Input material:
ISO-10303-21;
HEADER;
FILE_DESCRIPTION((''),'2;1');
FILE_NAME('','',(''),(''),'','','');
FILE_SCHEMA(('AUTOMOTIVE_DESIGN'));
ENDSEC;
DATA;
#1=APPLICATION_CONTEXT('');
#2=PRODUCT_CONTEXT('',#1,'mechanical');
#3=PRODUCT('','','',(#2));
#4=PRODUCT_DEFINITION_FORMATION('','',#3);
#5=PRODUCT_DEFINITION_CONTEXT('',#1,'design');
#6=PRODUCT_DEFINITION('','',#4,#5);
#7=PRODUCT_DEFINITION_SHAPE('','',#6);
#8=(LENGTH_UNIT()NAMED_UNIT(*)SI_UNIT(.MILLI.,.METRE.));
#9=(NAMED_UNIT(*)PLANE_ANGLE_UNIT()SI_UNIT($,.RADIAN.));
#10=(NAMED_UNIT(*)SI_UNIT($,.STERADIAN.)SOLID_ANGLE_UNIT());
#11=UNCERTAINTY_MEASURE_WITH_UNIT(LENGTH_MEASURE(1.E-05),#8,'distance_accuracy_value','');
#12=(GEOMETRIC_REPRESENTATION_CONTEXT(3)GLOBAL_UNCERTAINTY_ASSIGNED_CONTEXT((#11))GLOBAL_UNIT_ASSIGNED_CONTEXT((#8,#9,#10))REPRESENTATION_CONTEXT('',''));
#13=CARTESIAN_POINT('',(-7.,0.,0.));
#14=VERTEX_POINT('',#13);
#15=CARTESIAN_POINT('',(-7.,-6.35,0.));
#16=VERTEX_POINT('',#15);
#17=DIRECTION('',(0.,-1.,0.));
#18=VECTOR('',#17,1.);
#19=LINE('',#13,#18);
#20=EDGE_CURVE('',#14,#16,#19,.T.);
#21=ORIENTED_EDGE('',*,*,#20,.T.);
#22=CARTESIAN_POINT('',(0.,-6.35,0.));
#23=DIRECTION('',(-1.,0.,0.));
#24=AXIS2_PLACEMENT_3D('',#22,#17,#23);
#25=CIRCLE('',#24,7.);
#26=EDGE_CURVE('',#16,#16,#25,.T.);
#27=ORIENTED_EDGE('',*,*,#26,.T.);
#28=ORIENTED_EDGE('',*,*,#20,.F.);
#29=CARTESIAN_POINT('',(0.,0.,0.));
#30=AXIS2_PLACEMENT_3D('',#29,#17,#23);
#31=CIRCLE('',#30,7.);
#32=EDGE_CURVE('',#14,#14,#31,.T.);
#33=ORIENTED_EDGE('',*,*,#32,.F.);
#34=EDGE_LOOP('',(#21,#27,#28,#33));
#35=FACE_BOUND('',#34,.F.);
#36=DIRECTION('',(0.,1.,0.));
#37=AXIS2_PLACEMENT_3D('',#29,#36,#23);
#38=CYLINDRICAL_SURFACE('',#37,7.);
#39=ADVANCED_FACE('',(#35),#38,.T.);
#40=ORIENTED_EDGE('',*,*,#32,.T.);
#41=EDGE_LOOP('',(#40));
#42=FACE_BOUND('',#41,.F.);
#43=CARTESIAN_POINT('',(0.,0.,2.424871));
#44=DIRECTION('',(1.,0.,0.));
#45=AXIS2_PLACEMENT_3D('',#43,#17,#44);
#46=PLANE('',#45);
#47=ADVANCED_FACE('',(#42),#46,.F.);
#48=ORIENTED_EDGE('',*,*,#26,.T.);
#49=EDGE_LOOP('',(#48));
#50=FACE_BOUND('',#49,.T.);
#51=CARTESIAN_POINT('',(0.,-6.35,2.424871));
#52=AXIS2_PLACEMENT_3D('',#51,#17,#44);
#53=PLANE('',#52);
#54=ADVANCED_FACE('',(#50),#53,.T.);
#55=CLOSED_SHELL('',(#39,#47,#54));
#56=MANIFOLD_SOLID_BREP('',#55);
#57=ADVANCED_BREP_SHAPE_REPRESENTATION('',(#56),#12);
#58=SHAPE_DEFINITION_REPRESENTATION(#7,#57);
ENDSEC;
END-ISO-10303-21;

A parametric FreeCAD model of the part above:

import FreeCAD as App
import Part
import Sketcher
Q = App.Units.Quantity

doc = App.newDocument("Part")
body = doc.addObject("PartDesign::Body", "Body")

# Sketch on XZ plane
sketch1 = body.newObject("Sketcher::SketchObject", "Sketch")
sketch1.AttachmentSupport = (doc.getObject("XZ_Plane"), [""])
sketch1.MapMode = "FlatFace"
sketch1.addGeometry(Part.Circle(App.Vector(0, 0, 0), App.Vector(0, 0, 1), 7), False)
sketch1.addConstraint(Sketcher.Constraint("Coincident", 0, 3, -1, 1))
sketch1.addConstraint(Sketcher.Constraint("Diameter", 0, Q("14 mm")))
pad1 = body.newObject("PartDesign::Pad", "Pad")
pad1.Profile = sketch1
pad1.Length = 6.35

doc.recompute()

Problem statement:
Show the lines in the entries above that include the string "DIRECTION".

Solution for this exercise:
#17=DIRECTION('',(0.,-1.,0.));
#23=DIRECTION('',(-1.,0.,0.));
#36=DIRECTION('',(0.,1.,0.));
#44=DIRECTION('',(1.,0.,0.));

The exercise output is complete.